# Gaggia Baby- how to empty boiler??



## dare (May 1, 2013)

So I have a baby gaggia like this one









and I was wondering how or even if I can empty the machine and boiler of water for periods when I'm not using it. I cant imagine having the same water in the boiler for a couple weeks would do it any good.

I did find on youtube a retailer advising to empty the boiler through the steam arm with the pump switched on (i.e in hot water mode) and the water tank empty. However the pump made a horrible noise- obviously no water to suck in, so stopped it after a couple seconds.

Any advice welcomed thanks.


----------



## Fevmeister (Oct 21, 2013)

itll be fine for months - just make sure you descale before you intend to use it again


----------



## koi1957 (Nov 26, 2013)

was going to ask the same thing

thanks


----------



## gaggiamanualservice.com (Dec 22, 2009)

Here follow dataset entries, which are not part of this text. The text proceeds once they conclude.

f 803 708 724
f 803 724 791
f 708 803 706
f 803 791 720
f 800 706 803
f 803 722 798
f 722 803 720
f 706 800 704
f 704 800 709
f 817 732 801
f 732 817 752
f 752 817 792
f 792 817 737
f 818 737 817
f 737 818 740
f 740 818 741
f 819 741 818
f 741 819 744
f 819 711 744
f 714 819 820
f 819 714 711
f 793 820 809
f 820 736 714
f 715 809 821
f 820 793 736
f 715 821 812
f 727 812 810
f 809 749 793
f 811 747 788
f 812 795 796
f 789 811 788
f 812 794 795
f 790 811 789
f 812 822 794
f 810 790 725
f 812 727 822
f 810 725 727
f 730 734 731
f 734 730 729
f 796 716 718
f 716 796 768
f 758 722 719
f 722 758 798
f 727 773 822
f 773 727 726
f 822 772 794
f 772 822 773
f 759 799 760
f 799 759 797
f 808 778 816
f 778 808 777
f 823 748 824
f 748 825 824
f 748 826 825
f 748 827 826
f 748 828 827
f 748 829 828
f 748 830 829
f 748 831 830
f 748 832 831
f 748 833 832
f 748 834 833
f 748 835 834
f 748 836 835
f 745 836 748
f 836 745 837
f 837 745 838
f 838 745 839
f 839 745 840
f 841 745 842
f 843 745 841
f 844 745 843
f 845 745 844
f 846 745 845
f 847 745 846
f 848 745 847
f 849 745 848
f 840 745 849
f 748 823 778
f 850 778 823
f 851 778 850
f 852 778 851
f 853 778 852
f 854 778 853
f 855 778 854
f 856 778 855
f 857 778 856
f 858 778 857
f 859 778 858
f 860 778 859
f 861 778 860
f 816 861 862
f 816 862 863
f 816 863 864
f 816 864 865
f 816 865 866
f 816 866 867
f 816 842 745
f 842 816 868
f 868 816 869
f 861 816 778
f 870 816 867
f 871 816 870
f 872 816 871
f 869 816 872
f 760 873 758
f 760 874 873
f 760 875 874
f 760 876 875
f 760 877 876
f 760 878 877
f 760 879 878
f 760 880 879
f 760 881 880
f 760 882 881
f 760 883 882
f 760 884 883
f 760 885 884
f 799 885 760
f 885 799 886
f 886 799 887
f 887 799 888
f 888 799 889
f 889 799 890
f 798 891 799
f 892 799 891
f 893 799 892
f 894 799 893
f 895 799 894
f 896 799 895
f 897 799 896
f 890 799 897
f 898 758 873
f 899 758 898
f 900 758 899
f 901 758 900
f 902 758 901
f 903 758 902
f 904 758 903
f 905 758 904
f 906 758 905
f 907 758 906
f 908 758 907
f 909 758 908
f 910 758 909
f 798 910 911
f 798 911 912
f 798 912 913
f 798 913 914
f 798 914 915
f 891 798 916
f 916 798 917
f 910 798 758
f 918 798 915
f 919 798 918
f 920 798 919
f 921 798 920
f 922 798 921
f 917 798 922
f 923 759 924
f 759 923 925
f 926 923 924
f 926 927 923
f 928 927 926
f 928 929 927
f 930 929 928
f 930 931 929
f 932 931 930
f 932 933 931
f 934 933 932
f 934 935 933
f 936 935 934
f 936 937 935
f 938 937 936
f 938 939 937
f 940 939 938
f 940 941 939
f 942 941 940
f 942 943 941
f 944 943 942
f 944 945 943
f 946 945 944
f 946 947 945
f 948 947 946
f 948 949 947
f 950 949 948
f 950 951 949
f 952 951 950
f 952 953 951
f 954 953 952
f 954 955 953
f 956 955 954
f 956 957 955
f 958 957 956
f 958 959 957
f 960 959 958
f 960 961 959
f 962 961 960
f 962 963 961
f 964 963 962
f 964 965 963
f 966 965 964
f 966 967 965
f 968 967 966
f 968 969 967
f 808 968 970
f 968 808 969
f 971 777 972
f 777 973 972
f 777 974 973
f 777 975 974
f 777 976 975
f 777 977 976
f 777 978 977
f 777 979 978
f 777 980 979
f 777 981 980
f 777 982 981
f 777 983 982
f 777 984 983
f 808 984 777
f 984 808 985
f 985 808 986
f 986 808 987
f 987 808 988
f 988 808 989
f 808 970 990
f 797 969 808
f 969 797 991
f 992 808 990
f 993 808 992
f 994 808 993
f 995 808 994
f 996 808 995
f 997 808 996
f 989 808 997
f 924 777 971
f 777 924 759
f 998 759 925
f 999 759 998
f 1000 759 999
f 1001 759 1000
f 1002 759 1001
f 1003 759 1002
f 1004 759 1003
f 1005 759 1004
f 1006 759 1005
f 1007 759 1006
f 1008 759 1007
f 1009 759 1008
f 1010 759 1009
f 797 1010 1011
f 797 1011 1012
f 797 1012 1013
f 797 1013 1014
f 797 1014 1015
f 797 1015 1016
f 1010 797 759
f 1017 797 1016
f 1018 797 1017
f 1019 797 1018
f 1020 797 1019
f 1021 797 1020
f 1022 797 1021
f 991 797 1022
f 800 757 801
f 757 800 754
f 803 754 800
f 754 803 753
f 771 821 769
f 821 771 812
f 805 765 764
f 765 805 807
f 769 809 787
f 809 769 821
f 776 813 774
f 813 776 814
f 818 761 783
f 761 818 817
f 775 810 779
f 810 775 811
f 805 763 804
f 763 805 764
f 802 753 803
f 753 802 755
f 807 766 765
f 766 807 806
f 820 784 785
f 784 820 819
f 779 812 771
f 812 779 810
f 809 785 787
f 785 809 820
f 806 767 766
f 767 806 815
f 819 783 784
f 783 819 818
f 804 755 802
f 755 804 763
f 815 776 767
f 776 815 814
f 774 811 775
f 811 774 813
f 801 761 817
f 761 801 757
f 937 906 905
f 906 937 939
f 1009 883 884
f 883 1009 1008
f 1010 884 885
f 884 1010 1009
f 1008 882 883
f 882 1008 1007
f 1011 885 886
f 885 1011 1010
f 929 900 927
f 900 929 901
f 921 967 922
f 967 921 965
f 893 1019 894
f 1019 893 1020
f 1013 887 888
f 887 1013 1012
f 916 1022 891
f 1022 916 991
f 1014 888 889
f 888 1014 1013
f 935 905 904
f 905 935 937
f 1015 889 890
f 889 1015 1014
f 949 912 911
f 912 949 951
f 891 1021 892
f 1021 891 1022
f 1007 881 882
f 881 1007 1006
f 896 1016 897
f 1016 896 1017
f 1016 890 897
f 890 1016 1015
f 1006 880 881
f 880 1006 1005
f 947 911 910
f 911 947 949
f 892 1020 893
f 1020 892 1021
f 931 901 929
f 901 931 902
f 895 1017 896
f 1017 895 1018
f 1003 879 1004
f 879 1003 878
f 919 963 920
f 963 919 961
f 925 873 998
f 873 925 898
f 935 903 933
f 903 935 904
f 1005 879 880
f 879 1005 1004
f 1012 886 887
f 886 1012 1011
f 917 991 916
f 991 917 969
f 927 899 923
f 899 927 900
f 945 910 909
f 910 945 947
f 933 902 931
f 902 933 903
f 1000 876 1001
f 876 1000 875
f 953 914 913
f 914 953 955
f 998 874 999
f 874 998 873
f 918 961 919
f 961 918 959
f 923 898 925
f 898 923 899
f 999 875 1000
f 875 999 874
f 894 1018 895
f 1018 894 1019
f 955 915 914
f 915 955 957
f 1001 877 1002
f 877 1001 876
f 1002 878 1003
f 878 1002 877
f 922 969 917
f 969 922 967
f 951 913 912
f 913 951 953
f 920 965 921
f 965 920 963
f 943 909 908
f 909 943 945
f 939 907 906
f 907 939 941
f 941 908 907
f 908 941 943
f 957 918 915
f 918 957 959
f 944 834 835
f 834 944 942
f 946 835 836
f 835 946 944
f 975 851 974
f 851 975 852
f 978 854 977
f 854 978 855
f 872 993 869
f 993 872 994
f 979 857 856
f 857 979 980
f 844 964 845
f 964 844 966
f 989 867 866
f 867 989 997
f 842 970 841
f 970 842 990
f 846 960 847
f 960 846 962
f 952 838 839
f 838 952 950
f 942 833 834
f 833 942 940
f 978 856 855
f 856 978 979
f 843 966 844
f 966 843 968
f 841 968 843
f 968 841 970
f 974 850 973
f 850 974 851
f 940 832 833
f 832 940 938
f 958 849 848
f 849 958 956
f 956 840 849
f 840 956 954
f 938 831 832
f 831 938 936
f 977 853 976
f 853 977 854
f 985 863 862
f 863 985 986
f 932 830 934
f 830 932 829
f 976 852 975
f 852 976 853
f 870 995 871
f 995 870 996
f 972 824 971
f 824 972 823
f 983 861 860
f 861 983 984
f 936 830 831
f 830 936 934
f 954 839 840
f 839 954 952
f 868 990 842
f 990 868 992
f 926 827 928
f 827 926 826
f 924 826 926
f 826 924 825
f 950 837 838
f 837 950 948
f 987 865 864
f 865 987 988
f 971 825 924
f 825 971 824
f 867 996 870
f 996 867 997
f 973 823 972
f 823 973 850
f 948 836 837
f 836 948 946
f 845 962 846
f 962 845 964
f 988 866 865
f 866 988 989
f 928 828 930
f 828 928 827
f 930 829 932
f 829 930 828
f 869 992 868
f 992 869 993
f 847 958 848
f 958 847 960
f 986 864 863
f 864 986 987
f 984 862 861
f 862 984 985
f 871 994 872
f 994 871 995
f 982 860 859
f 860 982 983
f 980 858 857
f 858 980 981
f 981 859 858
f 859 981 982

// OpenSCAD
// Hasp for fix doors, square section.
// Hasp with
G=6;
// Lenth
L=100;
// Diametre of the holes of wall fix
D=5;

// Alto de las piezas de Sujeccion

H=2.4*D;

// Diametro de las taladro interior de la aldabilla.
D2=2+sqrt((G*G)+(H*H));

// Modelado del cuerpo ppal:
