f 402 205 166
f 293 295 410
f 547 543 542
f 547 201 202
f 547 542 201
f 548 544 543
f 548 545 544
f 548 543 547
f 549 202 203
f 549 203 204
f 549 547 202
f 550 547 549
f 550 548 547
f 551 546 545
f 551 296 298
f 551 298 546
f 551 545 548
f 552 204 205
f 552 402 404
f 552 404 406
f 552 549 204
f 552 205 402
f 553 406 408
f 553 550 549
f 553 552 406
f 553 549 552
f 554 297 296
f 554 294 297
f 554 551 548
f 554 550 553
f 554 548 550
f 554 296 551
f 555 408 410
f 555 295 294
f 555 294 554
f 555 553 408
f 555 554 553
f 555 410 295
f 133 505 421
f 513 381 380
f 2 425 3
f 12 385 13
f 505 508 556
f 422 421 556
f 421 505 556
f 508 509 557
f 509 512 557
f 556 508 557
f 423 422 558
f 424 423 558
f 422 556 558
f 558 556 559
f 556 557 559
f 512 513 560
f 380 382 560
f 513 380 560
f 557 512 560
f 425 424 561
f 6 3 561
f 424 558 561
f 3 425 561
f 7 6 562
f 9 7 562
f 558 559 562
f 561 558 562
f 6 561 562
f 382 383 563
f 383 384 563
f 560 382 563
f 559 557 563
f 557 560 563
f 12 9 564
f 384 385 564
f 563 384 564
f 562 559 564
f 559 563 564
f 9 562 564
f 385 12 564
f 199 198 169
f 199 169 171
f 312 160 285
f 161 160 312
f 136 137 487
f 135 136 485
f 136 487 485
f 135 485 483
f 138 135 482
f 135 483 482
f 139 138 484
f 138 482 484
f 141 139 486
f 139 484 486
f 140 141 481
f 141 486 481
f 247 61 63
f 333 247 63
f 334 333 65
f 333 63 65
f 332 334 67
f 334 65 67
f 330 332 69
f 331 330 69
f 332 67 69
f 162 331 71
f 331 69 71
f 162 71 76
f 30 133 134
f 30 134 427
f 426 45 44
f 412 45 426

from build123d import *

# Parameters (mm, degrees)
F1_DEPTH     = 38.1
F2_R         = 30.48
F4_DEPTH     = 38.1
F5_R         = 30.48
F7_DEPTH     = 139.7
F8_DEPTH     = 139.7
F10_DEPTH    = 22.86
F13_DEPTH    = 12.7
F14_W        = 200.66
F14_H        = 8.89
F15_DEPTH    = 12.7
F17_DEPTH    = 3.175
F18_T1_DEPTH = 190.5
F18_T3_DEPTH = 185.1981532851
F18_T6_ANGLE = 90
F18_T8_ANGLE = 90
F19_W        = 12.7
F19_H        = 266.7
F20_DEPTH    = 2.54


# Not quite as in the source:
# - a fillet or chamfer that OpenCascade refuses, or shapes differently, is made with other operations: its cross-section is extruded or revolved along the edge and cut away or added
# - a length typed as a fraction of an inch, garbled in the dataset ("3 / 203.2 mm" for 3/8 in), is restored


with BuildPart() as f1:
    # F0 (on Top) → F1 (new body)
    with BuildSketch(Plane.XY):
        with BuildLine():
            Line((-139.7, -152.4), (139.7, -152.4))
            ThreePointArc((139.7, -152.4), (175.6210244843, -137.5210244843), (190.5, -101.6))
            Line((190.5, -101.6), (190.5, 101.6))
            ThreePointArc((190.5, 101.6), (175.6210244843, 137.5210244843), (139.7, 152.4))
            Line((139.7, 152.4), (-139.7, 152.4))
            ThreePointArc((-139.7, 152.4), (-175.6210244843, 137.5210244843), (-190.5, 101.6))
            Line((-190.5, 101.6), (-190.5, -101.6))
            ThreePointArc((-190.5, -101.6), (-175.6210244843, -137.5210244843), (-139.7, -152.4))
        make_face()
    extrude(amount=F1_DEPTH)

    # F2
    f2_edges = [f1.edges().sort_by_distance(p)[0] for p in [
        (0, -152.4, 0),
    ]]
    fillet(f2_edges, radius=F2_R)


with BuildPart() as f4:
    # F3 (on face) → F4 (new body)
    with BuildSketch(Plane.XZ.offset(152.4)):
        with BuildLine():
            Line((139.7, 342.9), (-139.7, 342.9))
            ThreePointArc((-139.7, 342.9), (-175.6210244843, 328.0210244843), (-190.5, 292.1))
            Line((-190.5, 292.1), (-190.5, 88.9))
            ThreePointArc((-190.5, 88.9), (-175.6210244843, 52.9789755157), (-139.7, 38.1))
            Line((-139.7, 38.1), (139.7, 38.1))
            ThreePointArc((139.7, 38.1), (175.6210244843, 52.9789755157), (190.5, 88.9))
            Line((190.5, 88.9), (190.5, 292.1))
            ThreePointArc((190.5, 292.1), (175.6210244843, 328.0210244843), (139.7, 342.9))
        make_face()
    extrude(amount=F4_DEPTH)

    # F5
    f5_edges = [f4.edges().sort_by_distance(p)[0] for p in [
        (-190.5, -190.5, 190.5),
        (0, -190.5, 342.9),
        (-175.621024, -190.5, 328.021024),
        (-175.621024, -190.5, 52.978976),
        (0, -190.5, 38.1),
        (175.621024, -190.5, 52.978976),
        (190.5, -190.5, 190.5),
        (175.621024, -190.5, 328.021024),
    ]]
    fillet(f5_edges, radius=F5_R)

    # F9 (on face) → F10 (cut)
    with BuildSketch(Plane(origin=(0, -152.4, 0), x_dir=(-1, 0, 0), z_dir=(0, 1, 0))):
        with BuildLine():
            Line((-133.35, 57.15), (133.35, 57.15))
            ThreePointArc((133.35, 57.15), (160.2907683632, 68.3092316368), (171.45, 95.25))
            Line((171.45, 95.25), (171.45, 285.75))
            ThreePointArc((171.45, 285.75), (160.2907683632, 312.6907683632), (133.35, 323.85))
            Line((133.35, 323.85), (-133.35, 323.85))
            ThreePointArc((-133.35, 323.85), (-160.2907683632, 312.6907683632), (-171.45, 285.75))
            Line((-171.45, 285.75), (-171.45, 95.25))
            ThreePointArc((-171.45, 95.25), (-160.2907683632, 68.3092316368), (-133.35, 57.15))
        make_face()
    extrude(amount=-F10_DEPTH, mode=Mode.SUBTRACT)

all you need to do is flush it through before use,


----------



## dare (May 1, 2013)

Ok, I guess there's no way of emptying the boiler then. I was just concerned about limescale buildup etc but if I de-scale then I suppose there's no harm in leaving the machine for a while not in use with water inside.


----------



## GS11 (Feb 20, 2013)

dare said:


> Ok, I guess there's no way of emptying the boiler then. I was just concerned about limescale buildup etc but if I de-scale then I suppose there's no harm in leaving the machine for a while not in use with water inside.


Standing water won't form limescale on components.... This will occur during operation ie at high temps during brewing/ steaming. If the machine is left standing a few weeks it may be good practise to change the tank water and flush the boiler.


----------